Aucune information disponible publiquement.

  • Les coûts possibles pour le gouvernement incluent les consultations, la rédaction et l'application des règlements, les communications publiques, et les mises à jour des systèmes et des cartes.
  • Les municipalités et les services publics locaux dans une zone d'options de temps peuvent faire face à des coûts uniques et continus pour ajuster les horaires, la signalisation, les systèmes informatiques, et les routines du personnel.
  • Les entreprises dans les zones d'options de temps peuvent avoir besoin de mettre à jour les heures d'ouverture, les systèmes de paie, et la planification pour refléter l'heure locale, surtout si l'heure change une partie de l'année.

Point de vue des partisans#

  • Le projet de loi semble destiné à maintenir une heure par défaut unique et claire à travers la Saskatchewan (heure normale du Centre) tout en offrant aux zones frontalières la flexibilité de s'aligner sur les provinces voisines lorsque cela répond aux besoins locaux.
  • Permettre des zones d'options de temps pourrait réduire la confusion pour les travailleurs transfrontaliers, les étudiants, les utilisateurs de soins de santé, et les entreprises en alignant l'heure locale avec les services et marchés voisins.
  • Les consultations requises avec les municipalités et les Premières Nations, et un préavis d'au moins 30 jours avant que les changements ne prennent effet, pourraient être perçus comme une amélioration de la transparence et de la prévisibilité.
  • L'abrogation et le remplacement de l'ancienne Loi sur le Temps pourraient moderniser la loi et faciliter la gestion des transitions, la publication d'informations, et le traitement des situations spéciales par le biais de règlements.
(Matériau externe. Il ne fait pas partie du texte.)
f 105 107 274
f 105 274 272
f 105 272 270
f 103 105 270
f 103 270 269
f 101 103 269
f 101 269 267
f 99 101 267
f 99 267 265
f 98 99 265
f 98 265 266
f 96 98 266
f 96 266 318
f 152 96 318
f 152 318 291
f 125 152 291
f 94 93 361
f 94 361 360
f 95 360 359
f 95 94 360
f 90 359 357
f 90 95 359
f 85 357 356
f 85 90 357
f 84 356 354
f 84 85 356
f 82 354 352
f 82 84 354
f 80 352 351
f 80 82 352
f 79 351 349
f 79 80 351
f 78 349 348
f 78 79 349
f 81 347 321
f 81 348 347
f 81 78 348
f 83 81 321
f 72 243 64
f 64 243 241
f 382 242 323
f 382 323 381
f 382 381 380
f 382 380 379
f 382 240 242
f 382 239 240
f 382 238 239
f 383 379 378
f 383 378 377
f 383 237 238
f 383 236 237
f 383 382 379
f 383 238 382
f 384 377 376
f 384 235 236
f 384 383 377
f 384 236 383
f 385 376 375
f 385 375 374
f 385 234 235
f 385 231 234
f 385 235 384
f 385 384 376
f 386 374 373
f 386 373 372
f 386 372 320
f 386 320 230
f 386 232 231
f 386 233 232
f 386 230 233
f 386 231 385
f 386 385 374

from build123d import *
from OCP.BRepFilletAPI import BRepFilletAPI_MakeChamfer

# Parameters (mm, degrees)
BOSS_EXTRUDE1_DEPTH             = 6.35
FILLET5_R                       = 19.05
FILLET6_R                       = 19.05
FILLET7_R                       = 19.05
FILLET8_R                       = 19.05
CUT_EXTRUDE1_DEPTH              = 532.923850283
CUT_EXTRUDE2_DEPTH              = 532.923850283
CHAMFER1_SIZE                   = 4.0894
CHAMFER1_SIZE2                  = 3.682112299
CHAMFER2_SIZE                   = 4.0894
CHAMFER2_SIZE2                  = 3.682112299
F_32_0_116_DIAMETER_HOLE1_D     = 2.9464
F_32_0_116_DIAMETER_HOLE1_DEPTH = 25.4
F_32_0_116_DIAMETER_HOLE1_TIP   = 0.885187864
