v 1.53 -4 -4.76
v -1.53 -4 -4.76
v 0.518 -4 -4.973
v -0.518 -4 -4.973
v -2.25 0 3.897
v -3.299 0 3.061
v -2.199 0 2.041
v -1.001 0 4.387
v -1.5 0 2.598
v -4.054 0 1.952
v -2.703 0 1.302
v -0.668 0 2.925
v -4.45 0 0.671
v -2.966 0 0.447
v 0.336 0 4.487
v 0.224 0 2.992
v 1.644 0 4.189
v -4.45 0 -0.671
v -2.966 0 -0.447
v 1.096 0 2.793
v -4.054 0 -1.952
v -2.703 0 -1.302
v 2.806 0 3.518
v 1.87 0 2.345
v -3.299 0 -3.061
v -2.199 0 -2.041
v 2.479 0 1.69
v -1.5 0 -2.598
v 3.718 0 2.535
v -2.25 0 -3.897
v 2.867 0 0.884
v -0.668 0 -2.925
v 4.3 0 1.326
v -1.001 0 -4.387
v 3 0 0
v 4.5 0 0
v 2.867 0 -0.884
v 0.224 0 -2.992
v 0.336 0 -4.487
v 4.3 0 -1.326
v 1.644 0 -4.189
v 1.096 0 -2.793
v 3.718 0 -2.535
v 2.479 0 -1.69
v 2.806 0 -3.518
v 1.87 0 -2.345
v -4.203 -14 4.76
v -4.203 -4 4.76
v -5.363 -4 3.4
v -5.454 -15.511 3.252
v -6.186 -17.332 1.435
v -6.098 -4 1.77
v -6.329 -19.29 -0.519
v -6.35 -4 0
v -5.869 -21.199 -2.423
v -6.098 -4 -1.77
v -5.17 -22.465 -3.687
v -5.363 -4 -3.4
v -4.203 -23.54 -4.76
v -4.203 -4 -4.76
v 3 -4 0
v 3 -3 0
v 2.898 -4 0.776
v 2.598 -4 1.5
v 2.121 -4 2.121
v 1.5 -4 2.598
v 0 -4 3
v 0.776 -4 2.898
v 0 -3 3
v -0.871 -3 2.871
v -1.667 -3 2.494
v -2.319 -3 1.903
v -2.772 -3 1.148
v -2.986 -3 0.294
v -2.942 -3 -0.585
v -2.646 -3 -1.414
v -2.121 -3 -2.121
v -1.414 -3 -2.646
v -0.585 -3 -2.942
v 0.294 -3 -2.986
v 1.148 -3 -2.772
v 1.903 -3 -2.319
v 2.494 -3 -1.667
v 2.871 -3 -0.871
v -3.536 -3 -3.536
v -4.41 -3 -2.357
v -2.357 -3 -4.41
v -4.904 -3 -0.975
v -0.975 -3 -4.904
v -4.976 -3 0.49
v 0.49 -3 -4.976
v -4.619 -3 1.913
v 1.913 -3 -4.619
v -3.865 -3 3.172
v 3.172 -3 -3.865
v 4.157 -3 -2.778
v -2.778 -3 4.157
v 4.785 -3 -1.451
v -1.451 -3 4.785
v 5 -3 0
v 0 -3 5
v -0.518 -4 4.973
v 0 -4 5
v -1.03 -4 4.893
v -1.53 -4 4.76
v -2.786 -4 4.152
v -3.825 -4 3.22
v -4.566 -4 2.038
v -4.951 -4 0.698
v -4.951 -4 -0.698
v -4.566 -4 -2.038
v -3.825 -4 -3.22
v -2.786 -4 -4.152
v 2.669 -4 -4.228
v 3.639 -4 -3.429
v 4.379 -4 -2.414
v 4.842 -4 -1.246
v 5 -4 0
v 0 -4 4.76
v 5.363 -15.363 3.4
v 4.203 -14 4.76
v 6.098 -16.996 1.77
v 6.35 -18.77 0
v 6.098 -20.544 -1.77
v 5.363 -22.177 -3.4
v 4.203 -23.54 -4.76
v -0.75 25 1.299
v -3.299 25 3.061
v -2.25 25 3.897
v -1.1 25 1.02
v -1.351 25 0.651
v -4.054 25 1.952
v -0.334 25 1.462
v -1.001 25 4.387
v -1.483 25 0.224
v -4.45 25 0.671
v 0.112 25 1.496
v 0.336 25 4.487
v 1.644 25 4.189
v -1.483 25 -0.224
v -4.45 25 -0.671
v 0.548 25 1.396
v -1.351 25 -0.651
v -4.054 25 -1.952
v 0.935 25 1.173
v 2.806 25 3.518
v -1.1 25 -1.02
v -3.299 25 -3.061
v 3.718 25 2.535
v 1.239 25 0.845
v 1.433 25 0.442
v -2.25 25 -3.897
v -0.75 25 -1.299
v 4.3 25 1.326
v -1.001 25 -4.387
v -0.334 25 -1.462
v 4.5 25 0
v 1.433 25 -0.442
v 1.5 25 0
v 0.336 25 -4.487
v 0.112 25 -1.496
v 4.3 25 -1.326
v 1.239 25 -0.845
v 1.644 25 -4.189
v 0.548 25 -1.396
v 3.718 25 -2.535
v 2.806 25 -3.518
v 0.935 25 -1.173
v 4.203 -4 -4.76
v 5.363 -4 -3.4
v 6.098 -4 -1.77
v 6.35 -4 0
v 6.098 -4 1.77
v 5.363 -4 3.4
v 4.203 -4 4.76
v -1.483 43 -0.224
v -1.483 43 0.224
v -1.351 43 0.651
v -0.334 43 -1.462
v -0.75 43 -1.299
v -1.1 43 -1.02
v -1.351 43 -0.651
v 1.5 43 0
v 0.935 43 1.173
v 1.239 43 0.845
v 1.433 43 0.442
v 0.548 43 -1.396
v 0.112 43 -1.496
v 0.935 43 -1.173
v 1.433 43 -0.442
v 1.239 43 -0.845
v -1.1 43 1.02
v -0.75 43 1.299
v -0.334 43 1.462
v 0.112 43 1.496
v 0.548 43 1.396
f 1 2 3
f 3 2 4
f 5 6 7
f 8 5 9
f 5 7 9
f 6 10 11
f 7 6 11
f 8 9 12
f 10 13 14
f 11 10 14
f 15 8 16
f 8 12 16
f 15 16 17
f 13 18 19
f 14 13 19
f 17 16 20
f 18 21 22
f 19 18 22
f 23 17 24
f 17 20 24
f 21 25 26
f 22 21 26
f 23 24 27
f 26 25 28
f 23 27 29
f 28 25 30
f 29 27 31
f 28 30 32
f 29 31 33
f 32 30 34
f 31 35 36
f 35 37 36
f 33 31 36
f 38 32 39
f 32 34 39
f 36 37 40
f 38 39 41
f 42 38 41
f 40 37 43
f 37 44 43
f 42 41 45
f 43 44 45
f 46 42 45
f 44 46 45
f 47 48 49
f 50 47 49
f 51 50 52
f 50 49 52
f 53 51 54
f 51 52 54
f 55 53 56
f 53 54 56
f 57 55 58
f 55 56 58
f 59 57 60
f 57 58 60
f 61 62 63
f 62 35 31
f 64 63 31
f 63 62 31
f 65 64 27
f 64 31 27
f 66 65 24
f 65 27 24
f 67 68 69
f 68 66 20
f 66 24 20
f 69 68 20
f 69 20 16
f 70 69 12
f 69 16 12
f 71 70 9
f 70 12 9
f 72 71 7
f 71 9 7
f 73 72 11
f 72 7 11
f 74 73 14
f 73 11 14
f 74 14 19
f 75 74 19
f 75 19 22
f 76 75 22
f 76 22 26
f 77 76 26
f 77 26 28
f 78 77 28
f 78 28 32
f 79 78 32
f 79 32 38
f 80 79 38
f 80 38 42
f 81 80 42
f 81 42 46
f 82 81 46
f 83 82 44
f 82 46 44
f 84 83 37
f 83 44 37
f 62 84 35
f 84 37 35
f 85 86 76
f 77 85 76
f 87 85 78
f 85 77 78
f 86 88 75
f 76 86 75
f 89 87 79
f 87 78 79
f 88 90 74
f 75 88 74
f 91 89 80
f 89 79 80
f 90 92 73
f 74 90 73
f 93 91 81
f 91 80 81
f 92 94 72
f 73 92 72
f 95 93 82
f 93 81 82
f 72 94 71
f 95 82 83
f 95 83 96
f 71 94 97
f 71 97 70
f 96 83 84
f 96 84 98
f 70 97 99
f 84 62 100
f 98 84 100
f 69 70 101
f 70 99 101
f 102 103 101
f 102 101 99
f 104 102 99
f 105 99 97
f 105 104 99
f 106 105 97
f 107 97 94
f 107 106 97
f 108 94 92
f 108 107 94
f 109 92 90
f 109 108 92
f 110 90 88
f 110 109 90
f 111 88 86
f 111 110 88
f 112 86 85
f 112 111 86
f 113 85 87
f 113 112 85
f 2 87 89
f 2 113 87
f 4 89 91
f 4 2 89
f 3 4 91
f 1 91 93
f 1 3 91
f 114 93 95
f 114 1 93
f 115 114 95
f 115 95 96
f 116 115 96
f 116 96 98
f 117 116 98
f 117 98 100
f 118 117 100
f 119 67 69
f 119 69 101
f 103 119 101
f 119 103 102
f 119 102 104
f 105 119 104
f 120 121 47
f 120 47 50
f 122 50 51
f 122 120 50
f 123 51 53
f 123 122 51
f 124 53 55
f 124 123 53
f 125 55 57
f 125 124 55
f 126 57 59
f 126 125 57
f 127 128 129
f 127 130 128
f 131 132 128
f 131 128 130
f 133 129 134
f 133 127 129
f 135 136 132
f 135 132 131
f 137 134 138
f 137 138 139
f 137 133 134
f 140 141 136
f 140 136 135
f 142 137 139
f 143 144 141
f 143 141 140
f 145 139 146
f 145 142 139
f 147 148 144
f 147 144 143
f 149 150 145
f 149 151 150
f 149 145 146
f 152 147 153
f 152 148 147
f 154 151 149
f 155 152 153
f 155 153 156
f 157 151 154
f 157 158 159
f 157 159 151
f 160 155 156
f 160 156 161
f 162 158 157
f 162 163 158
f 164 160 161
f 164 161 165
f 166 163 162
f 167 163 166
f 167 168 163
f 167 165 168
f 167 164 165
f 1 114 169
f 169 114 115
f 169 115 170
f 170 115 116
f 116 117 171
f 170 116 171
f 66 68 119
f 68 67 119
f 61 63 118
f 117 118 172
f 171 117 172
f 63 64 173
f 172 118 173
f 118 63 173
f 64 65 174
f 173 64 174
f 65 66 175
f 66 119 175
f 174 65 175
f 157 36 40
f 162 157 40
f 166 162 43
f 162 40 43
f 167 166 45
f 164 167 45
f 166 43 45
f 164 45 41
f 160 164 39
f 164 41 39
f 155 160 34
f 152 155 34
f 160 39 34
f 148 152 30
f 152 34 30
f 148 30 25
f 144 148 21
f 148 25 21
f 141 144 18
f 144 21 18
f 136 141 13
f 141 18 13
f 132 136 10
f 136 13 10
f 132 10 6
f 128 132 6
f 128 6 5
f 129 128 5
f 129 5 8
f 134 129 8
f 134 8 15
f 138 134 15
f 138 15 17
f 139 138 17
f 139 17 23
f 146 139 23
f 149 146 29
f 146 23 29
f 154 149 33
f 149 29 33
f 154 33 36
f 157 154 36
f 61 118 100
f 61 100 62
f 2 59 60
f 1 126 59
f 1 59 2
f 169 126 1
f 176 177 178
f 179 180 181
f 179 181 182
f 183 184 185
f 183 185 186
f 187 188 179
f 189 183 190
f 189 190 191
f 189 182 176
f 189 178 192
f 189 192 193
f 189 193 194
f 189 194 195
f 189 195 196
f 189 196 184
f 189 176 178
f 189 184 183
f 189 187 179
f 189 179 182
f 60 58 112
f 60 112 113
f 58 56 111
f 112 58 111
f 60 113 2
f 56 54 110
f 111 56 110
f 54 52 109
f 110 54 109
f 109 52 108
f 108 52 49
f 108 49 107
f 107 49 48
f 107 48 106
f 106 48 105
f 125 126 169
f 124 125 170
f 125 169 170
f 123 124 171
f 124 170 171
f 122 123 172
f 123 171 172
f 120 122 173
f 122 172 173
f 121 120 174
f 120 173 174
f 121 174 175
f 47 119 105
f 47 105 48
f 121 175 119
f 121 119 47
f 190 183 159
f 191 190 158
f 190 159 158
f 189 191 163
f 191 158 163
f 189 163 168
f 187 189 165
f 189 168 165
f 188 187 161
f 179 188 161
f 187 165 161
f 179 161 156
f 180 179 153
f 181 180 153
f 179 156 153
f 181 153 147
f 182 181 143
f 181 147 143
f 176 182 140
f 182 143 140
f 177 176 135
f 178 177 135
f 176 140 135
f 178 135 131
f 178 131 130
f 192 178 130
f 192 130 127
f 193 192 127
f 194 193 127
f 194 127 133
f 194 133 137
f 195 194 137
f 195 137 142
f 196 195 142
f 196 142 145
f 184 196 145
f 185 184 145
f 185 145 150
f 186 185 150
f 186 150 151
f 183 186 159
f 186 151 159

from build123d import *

# Parameters (mm, degrees)
SKETCH1_R           = 4.5
BOSS_EXTRUDE1_DEPTH = 25
SKETCH2_R           = 3
BOSS_EXTRUDE2_DEPTH = 4
BOSS_EXTRUDE3_DEPTH = 1
SKETCH4_R           = 6.35
BOSS_EXTRUDE4_DEPTH = 19.54
CUT_EXTRUDE1_DEPTH  = 19.54
SKETCH7_R           = 1.5
BOSS_EXTRUDE5_DEPTH = 18


with BuildPart() as part:
    # Sketch1 → Boss-Extrude1 (new body)
    with BuildSketch(Plane(origin=(0, 0, 0), x_dir=(1, 0, 0), z_dir=(0, 1, 0))):
        Circle(SKETCH1_R)
    extrude(amount=BOSS_EXTRUDE1_DEPTH)

    # Sketch2 → Boss-Extrude2 (add)
    with BuildSketch(Plane.XZ):
        Circle(SKETCH2_R)
    extrude(amount=BOSS_EXTRUDE2_DEPTH)

    # Sketch3 → Boss-Extrude3 (add)
    with BuildSketch(Plane.XZ.offset(4)):
        with BuildLine():
            Line((0, 3), (0, 5))
            ThreePointArc((0, 5), (-3.535533906, -3.535533906), (5, 0))
            Line((5, 0), (3, 0))
            ThreePointArc((3, 0), (-2.121320344, -2.121320344), (0, 3))
        make_face()
    extrude(amount=-BOSS_EXTRUDE3_DEPTH)

    # Sketch4 → Boss-Extrude4 (add)
    with BuildSketch(Plane.XZ.offset(4)):
        Circle(SKETCH4_R)
    extrude(amount=BOSS_EXTRUDE4_DEPTH)

    # Sketch6 → Cut-Extrude1 (cut)
    with BuildSketch(Plane(origin=(6.35, 0, 0), x_dir=(0, 0, -1), z_dir=(1, 0, 0))):
        Polygon((-8.967576024, -4), (-4.76, -4), (-4.76, -14), (4.76, -23.54), (4.76, -4), (8.459767383, -4), (8.459767383, -27.476657102), (-8.967576024, -27.476657102), align=None)
    extrude(amount=-CUT_EXTRUDE1_DEPTH, mode=Mode.SUBTRACT)

    # Sketch7 → Boss-Extrude5 (add)
    with BuildSketch(Plane(origin=(0, 25, 0), x_dir=(1, 0, 0), z_dir=(0, 1, 0))):
        Circle(SKETCH7_R)
    extrude(amount=BOSS_EXTRUDE5_DEPTH)


solid = part.part
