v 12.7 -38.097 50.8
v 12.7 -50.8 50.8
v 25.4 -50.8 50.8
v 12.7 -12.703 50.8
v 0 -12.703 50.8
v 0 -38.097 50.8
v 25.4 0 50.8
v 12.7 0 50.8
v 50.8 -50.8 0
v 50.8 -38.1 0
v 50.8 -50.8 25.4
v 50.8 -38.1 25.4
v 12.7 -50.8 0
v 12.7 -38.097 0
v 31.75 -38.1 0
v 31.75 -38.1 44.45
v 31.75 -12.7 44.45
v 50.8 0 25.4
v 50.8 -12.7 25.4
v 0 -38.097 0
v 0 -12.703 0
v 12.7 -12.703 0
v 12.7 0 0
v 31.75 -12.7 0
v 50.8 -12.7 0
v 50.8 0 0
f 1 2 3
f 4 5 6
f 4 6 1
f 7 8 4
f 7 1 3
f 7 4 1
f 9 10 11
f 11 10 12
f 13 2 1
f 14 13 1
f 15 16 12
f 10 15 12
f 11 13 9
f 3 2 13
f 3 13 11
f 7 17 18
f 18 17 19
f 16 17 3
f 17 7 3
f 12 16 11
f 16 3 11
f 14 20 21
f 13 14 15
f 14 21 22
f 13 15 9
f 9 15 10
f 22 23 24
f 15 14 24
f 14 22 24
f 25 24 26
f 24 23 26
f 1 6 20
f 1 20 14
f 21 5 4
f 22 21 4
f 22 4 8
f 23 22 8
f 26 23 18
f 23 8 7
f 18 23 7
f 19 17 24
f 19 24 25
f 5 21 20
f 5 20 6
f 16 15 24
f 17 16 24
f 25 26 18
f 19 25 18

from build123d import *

# Parameters (mm, degrees)
F0_W     = 50.8
F0_H     = 50.8
F1_DEPTH = 50.8
F3_DEPTH = 50.801
F4_W     = 12.7
F4_H     = 12.7030098811
F5_DEPTH = 50.801
F7_W     = 19.05
F7_H     = 25.4
F8_DEPTH = 76.201


with BuildPart() as f1:
    # F0 (on Front) → F1 (new body)
    with BuildSketch(Plane.XZ):
        with Locations((25.4, 25.4)):
            Rectangle(F0_W, F0_H)
    extrude(amount=F1_DEPTH)

    # F2 (on face) → F3 (cut, through all)
    with BuildSketch(Plane.XZ.offset(50.8)):
        Polygon((50.8, 50.8), (25.4, 50.8), (50.8, 25.4), align=None)
    extrude(amount=-F3_DEPTH, mode=Mode.SUBTRACT)

    # F4 (on face) → F5 (cut, through all)
    with BuildSketch(Plane.XY.offset(50.8)):
        with Locations((6.35, -6.3515049405)):
            Rectangle(F4_W, F4_H)
        with Locations((6.35, -44.4484950595)):
            Rectangle(F4_W, F4_H)
    extrude(amount=-F5_DEPTH, mode=Mode.SUBTRACT)

    # F7 (on offset) → F8 (cut, through all)
    with BuildSketch(Plane.XY.offset(76.2)):
        with Locations((41.275, -25.4)):
            Rectangle(F7_W, F7_H)
    extrude(amount=-F8_DEPTH, mode=Mode.SUBTRACT)


solid = f1.part
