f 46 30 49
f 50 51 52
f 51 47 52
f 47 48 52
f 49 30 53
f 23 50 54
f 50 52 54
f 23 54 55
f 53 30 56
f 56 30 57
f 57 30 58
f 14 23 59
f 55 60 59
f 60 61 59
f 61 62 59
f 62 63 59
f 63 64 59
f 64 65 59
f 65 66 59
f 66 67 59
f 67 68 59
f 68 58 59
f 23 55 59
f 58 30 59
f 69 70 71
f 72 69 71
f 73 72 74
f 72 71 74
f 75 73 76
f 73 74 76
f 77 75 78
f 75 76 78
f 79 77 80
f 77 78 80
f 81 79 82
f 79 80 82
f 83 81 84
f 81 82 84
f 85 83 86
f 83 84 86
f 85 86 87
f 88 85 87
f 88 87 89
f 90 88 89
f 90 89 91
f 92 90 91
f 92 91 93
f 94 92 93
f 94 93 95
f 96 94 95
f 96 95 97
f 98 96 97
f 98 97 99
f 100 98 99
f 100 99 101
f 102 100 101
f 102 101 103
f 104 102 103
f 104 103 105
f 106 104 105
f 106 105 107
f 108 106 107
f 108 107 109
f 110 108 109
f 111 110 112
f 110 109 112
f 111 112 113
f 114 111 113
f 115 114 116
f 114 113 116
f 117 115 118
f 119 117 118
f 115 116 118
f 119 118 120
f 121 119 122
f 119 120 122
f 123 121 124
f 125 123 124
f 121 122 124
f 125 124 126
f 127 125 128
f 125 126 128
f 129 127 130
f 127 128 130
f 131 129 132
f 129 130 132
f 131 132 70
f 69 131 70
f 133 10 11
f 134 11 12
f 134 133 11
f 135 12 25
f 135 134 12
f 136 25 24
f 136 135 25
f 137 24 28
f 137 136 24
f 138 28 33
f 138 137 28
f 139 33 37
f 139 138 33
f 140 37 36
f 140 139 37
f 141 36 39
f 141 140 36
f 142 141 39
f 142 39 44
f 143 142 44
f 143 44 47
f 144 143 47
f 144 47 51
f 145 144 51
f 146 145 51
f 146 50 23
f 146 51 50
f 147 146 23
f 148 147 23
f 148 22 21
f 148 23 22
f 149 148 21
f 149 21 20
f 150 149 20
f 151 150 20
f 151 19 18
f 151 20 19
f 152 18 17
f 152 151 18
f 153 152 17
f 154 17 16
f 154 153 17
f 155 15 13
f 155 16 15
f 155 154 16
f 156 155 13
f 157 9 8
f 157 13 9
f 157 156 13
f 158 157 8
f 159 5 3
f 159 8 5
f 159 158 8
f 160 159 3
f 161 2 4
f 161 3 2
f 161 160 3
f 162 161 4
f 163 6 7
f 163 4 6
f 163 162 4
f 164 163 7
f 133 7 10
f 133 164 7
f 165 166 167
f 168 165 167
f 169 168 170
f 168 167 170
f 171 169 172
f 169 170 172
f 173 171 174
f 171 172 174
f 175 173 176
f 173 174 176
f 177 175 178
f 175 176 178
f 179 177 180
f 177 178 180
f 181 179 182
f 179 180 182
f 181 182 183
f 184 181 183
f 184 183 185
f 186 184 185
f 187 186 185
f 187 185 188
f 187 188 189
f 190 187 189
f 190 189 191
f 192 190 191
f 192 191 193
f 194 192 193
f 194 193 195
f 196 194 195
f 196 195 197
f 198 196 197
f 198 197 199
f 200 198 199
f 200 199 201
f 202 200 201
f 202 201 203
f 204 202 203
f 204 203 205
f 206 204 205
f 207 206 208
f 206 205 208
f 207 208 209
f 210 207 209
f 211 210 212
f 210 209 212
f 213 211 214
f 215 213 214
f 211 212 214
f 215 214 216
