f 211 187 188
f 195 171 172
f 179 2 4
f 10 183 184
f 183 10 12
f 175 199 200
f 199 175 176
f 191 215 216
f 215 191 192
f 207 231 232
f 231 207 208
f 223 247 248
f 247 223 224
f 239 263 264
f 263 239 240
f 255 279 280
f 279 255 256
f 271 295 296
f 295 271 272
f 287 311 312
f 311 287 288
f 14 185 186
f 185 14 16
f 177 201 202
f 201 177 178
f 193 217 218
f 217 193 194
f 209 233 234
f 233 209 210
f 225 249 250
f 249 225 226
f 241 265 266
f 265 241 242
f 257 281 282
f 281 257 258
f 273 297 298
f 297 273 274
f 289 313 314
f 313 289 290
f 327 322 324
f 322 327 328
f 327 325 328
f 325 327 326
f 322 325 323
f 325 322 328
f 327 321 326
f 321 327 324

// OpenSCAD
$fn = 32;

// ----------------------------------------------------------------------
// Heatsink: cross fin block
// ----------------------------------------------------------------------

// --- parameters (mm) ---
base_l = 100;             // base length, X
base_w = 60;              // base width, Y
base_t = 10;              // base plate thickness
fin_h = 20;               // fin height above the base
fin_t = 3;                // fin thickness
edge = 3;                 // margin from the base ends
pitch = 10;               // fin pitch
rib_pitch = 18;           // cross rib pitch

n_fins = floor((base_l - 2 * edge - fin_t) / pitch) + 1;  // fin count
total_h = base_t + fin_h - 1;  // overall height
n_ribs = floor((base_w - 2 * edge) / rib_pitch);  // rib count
Point de vue des opposants#

  • Une préoccupation est que la création de plusieurs zones d'options de temps pourrait produire un patchwork d'heures au sein de la province, ce qui pourrait confondre les résidents, les visiteurs, et les prestataires de services qui opèrent à travers les zones.
  • Le projet de loi ne définit pas « l'intérêt provincial », il n'est donc pas clair quels critères seront utilisés pour approuver ou rejeter une zone d'options de temps.
  • Le processus exige que toutes les municipalités dans une zone proposée demandent le changement, ce qui pourrait rendre l'alignement local difficile même si la plupart, mais pas toutes, sont d'accord. Inversement, les consultations initiées par le ministre pourraient conduire à des changements sans consensus local complet.
  • Les règlements pris en vertu de cette Loi peuvent prévaloir sur d'autres lois à des fins énumérées, ce qui pourrait soulever des questions sur les freins et contrepoids et sur la manière dont les conflits avec d'autres lois seront gérés.
  • Les détails de mise en œuvre sont limités. Il n'est pas clair comment les coûts pour la signalisation, les mises à jour des systèmes, et la sensibilisation du public seront gérés, ni comment les services d'urgence et les programmes provinciaux coordonneront à travers différents horaires locaux.